1919 – Allegria di naufragi: comprende, con l’aggiunta di nuovi testi, le poesie della precedente raccolta.

Il titolo, tragicamente contradditorio, intende indicare il tema rovinoso della guerra e della morte (i

“naufragi”). Sullo sfondo di questa rovina resta possibile esprimere l’espressione della vitalità e dello slancio

positivo (ovvero l’“allegria”), pur continuando a conservare la memoria di tante sofferenze: “nel cuore nessuna

croce manca”. L’allegria del naufragio, come prima il porto sepolto, è immagine di verità profonda che

sopravvive alla cancellazione e che si affida alla parola del poeta per poter emergere.
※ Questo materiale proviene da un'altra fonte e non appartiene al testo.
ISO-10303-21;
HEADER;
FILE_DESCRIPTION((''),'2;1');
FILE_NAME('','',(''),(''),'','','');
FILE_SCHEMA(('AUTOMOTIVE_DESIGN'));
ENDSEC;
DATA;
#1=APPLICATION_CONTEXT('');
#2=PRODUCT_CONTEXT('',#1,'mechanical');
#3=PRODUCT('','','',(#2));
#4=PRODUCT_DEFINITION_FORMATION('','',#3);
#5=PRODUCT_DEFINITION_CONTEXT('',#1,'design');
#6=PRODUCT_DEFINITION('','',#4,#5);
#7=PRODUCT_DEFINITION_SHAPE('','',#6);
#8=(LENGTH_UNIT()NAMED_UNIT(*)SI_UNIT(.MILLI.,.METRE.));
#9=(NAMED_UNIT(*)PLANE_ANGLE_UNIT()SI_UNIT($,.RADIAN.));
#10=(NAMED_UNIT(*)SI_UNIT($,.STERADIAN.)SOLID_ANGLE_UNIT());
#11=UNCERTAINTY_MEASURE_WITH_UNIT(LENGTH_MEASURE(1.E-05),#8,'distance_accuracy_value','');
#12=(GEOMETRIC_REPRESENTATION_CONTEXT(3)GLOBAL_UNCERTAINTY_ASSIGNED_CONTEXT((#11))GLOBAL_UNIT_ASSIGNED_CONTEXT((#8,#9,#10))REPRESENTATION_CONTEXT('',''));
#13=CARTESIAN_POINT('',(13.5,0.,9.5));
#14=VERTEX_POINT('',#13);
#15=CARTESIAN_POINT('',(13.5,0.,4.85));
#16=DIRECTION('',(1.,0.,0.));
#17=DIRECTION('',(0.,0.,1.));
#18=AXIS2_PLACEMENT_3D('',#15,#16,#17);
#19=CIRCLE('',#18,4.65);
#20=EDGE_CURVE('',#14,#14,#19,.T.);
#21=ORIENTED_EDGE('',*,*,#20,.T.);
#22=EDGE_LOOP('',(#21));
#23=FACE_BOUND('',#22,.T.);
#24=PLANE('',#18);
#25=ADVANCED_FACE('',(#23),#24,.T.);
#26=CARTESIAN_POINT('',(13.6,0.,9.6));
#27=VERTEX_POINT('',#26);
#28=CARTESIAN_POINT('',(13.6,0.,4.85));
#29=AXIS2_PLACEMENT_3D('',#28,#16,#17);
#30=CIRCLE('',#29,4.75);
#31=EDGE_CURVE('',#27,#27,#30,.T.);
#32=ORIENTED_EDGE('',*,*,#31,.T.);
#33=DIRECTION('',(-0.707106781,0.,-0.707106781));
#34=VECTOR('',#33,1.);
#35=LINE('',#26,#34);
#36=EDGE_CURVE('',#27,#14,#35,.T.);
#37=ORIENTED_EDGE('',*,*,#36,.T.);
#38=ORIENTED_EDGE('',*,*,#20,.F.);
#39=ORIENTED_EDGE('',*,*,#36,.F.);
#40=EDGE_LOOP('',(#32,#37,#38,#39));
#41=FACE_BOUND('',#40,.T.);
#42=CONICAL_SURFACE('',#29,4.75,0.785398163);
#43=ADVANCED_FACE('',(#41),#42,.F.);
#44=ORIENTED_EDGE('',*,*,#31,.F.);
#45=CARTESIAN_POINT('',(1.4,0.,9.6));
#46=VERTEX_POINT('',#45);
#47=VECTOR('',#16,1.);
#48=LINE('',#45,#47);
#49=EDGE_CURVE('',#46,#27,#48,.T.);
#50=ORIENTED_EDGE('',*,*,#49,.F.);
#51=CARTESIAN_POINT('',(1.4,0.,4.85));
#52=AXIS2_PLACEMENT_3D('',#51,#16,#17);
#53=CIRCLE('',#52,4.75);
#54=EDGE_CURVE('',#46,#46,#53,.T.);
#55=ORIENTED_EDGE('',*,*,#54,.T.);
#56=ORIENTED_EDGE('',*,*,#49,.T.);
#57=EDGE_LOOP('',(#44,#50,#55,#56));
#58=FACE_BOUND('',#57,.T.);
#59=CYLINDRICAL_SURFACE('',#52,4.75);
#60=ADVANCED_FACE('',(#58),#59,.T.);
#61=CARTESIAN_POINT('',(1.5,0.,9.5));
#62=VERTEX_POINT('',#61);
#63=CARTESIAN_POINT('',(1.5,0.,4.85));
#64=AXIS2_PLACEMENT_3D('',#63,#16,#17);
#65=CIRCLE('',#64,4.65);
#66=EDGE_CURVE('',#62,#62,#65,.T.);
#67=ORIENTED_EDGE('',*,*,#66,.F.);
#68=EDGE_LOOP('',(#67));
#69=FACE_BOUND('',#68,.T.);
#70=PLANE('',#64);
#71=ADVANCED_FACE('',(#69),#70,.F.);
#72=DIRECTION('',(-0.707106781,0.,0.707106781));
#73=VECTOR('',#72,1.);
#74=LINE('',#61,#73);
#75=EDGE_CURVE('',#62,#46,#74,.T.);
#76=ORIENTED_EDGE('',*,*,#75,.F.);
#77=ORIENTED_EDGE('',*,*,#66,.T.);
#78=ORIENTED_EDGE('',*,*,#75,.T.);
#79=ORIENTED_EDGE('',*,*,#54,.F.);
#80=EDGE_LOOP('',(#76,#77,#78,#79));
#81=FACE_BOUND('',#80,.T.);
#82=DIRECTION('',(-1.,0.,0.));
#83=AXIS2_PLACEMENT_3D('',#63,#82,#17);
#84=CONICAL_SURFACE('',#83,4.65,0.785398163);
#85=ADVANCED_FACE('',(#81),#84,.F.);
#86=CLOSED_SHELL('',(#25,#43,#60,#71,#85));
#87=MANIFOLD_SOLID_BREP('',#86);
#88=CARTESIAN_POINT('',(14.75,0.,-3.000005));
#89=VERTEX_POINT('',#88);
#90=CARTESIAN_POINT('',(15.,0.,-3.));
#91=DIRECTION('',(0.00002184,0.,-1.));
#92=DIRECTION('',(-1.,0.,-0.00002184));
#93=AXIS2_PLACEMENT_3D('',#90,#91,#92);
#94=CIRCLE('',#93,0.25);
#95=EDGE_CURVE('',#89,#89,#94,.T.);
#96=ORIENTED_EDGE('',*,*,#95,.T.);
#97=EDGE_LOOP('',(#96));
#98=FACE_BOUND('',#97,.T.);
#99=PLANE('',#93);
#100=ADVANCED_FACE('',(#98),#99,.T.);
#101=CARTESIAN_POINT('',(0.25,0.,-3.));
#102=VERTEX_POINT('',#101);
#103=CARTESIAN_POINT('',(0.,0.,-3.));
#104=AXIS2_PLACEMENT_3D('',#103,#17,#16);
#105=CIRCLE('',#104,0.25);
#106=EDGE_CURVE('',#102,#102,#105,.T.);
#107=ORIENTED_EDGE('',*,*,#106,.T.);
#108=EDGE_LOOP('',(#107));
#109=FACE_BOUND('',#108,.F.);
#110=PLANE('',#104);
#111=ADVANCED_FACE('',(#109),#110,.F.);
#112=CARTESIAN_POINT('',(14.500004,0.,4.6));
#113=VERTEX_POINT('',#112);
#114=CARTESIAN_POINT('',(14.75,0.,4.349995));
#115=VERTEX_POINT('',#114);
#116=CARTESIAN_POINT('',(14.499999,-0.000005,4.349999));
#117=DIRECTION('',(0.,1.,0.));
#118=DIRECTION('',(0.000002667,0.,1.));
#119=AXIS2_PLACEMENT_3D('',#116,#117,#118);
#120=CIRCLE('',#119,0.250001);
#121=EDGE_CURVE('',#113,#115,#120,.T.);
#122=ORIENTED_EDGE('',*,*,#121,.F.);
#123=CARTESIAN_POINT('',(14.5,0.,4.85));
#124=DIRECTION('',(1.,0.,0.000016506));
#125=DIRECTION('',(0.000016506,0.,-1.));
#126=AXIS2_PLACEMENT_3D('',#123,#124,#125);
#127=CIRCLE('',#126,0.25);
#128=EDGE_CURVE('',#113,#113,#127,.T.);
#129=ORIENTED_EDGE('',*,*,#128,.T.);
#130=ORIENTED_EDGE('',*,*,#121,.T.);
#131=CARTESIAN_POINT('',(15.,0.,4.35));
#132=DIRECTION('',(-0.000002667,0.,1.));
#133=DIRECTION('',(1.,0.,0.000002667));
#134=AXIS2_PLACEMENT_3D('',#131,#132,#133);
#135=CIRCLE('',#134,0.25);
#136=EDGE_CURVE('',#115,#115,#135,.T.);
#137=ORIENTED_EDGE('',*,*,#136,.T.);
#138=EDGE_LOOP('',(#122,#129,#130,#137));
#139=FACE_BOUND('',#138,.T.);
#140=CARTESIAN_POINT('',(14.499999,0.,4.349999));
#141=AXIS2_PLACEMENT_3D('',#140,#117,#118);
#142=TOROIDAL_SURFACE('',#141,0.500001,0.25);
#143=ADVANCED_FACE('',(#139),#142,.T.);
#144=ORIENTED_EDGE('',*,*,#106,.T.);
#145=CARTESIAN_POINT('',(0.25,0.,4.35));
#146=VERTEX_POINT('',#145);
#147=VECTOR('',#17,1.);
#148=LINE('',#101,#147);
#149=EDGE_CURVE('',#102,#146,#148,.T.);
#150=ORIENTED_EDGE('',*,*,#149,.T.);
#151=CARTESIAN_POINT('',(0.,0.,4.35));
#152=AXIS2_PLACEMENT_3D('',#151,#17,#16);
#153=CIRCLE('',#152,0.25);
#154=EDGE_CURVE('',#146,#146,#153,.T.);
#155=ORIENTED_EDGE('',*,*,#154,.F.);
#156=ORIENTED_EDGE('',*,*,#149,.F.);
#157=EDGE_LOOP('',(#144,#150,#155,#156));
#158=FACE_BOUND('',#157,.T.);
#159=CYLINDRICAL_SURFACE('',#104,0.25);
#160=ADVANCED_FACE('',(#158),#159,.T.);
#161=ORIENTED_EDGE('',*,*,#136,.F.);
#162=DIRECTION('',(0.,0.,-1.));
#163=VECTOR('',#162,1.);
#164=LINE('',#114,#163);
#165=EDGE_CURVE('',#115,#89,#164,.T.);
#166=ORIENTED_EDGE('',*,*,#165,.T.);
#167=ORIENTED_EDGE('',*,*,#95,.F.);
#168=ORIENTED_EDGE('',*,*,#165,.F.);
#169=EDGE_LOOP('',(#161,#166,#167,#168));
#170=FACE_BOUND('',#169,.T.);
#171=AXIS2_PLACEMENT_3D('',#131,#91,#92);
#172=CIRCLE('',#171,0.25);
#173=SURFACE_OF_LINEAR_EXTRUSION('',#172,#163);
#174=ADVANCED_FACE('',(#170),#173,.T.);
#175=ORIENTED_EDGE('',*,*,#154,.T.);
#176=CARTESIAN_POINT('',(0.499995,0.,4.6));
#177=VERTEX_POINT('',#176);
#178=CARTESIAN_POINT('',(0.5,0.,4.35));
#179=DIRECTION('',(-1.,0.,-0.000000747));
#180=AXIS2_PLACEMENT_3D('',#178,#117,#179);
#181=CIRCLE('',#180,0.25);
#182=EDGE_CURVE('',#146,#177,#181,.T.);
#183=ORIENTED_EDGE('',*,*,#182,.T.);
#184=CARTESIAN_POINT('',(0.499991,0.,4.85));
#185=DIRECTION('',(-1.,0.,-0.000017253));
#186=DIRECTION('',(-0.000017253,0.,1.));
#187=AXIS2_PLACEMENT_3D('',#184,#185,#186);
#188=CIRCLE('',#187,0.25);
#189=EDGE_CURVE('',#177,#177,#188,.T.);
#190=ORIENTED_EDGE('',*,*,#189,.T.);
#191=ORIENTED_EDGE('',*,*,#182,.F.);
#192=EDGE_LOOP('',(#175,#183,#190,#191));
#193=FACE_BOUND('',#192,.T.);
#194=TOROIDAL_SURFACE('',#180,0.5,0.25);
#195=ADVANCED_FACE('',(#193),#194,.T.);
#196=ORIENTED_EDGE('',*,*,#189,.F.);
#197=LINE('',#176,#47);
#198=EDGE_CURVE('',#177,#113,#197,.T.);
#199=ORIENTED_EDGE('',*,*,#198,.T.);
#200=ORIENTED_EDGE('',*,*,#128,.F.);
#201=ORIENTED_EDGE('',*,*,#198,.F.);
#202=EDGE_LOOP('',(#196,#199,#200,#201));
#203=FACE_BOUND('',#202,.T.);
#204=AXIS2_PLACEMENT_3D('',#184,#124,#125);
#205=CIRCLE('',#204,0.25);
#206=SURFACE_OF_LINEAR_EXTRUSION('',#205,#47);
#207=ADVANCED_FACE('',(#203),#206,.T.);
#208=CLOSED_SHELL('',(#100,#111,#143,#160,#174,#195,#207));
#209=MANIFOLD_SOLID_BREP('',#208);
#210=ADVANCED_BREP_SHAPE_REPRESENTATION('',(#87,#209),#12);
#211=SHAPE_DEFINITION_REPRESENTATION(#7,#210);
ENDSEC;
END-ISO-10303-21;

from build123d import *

# Parameters (mm, degrees)
SKETCH_R = 0.25


with BuildPart() as sweep_body:
    # Sweep: sweep along a path in Sketch001
    with BuildLine(Plane.XZ) as sweep_path:
        Line((0, -3), (0, 4.35))
        ThreePointArc((0, 4.35), (0.146443, 4.70355), (0.499991, 4.85))
        Line((0.499991, 4.85), (14.5, 4.85))
        ThreePointArc((14.5, 4.85), (14.853553, 4.703553), (15, 4.35))
        Line((15, 4.35), (15, -3))
    # Sketch → Sweep (sweep)
    with BuildSketch(Plane.XY.offset(-2)):
        Circle(SKETCH_R)
    sweep(path=sweep_path.line)


with BuildPart() as revolution:
    # Sketch002 → Revolution (revolve)
    with BuildSketch(Plane.XZ):
        Polygon((1.4, 9.6), (13.6, 9.6), (13.5, 9.5), (13.5, 4.85), (1.5, 4.85), (1.5, 9.5), align=None)
    revolve(axis=Axis((7.611803, 0, 4.85), (1, 0, 0)))


solid = Compound([sweep_body.part, revolution.part])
1931 – L’allegria: Ungaretti riducendo il titolo, e sarà quello definitivo, elimina la componente ossimorica

insita nel titolo precedente e semplifica rendendo più immediato e assoluto il rimando alla vitalità che può

essere colta nella condizione tragica e disperata dell’uomo moderno.

Questioni di poetica

Le novità delle soluzioni formali dell’Allegria

“ [...] era la prima volta [...] che l’espressione cercava di aderire in modo assoluto a ciò che doveva esprimere. Non

c’era nessuna divagazione: tutto era lì, incombente sulla parola da dire: « io ho da dire questo, come posso dirlo

con il numero minore di parole, anzi con quell’unica parola che lo dica nel modo più completo possibile?» Si

sa che tra la parola e ciò che si vuol dire c’è sempre un divario enorme [...] Dirò dunque che cercavo

l’approssimazione meno imprecisa, la riduzione, per quanto possibile, di quel divario ineliminabile. Con questa

nuova lingua il libretto cantava la sofferenza non eroica, ma anonima, di tutti quelli che erano in guerra, in una

guerra forse necessaria, certo orrenda.” (Ungaretti in una intervista a cura di F. Camon, 1965)
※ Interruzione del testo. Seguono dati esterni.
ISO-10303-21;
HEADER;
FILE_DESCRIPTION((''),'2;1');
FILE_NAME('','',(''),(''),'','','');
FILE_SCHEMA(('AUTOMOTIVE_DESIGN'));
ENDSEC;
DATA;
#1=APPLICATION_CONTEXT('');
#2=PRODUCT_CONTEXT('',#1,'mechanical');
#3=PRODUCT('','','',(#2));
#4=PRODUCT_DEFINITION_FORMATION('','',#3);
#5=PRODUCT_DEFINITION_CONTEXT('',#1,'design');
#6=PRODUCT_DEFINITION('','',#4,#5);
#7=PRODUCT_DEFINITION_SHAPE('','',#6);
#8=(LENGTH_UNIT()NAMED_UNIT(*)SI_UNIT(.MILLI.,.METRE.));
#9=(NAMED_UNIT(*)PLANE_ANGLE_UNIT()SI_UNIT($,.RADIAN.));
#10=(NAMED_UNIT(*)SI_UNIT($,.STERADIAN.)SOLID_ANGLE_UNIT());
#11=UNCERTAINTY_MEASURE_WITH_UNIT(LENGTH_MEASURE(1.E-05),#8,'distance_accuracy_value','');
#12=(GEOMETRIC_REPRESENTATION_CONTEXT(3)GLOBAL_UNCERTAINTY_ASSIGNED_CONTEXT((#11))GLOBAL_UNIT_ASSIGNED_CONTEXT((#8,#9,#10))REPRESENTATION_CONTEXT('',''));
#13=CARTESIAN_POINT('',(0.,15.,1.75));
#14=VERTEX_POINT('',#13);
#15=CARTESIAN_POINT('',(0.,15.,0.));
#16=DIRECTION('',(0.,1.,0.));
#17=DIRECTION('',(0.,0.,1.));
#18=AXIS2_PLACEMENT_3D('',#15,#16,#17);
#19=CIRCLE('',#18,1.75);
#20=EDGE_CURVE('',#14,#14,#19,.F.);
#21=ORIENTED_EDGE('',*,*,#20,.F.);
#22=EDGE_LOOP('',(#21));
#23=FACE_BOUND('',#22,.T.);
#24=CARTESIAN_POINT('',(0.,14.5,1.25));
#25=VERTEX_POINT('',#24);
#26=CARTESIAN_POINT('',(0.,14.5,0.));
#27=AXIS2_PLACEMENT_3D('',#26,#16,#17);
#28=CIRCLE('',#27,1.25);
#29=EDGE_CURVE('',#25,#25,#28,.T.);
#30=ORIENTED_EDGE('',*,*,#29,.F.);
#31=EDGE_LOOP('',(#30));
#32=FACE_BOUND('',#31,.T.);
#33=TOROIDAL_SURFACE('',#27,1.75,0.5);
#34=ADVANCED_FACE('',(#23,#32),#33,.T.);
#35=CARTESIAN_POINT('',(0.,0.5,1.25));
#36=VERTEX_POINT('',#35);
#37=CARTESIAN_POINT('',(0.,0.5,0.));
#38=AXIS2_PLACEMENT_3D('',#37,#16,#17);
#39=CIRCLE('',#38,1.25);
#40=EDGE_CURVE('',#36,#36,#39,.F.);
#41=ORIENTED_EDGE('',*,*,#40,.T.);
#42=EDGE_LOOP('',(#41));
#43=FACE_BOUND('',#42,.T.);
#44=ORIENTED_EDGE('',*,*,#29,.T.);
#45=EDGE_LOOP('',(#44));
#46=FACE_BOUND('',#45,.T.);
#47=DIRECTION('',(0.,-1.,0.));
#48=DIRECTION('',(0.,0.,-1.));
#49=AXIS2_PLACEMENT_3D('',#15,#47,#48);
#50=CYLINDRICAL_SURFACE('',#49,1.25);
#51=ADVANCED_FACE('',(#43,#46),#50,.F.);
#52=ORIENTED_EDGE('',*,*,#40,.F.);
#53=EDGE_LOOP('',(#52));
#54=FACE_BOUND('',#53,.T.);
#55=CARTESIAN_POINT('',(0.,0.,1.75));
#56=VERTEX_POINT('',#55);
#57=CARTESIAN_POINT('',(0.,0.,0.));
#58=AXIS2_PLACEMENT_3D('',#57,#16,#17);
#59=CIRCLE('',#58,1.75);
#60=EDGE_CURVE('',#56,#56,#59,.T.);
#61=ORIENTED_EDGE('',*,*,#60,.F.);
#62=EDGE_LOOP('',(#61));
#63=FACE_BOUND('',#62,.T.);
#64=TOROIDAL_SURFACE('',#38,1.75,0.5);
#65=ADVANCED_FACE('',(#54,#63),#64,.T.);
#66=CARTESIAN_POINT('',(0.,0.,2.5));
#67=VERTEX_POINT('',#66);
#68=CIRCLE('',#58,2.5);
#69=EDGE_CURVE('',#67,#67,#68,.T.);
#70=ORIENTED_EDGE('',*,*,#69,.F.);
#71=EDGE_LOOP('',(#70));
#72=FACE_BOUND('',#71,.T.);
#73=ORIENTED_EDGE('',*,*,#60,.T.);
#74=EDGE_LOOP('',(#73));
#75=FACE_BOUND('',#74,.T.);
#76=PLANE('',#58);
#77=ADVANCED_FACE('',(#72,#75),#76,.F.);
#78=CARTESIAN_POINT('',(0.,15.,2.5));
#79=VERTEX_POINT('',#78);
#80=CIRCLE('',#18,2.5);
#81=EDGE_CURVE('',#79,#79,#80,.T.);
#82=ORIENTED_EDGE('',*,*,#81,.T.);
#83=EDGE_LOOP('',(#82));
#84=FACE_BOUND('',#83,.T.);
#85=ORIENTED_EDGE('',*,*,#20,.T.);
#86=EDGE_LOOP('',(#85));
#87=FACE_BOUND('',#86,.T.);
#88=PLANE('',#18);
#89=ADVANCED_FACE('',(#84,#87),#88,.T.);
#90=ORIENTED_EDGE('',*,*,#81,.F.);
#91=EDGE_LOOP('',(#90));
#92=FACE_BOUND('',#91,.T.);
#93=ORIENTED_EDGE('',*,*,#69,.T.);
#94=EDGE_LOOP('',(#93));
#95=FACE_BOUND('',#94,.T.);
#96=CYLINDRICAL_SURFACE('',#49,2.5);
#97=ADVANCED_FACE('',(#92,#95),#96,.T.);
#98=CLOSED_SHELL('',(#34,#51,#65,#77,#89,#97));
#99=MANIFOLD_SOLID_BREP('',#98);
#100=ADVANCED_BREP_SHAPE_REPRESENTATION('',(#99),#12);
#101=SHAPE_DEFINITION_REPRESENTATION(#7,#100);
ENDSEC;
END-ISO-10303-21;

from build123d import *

# Parameters (mm, degrees)
SKETCH1_R           = 2.5
SKETCH1_R_2         = 1.25
BOSS_EXTRUDE1_DEPTH = 15
FILLET1_R           = 0.5


with BuildPart() as part:
    # Sketch1 → Boss-Extrude1 (new body)
    with BuildSketch(Plane(origin=(0, 0, 0), x_dir=(1, 0, 0), z_dir=(0, 1, 0))):
        with Locations(Location((0, 0, 0), (0, 0, 270))):
            Circle(SKETCH1_R)
        with Locations(Location((0, 0, 0), (0, 0, 270))):
            Circle(SKETCH1_R_2, mode=Mode.SUBTRACT)
    extrude(amount=BOSS_EXTRUDE1_DEPTH)

    # Fillet1
    fillet1_edges = [part.edges().sort_by_distance(p)[0] for p in [
        (0, 0, -1.25),
        (0, 15, -1.25),
    ]]
    fillet(fillet1_edges, radius=FILLET1_R)


solid = part.part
“ La guerra improvvisamente mi rivela il linguaggio. Cioè io dovevo dire in fretta perché il tempo poteva

mancare [...] in fretta dire quello che sentivo e quindi se dovevo dirlo in fretta lo dovevo dire con poche parole

[...] con parole che avessero avuto un’intensità straordinaria di significato. [...] poche parole piene di

significato che dessero la mia situazione di quel momento: quest’uomo solo in mezzo ad altri uomini soli, in

un paese nudo, terribile, di pietra, e che sentivano [...] la propria fragilità [...] si sentivano così disarmati con

tutte le loro armi, si sentivano fratelli”. ( Ungaretti commenta Ungaretti, 1963)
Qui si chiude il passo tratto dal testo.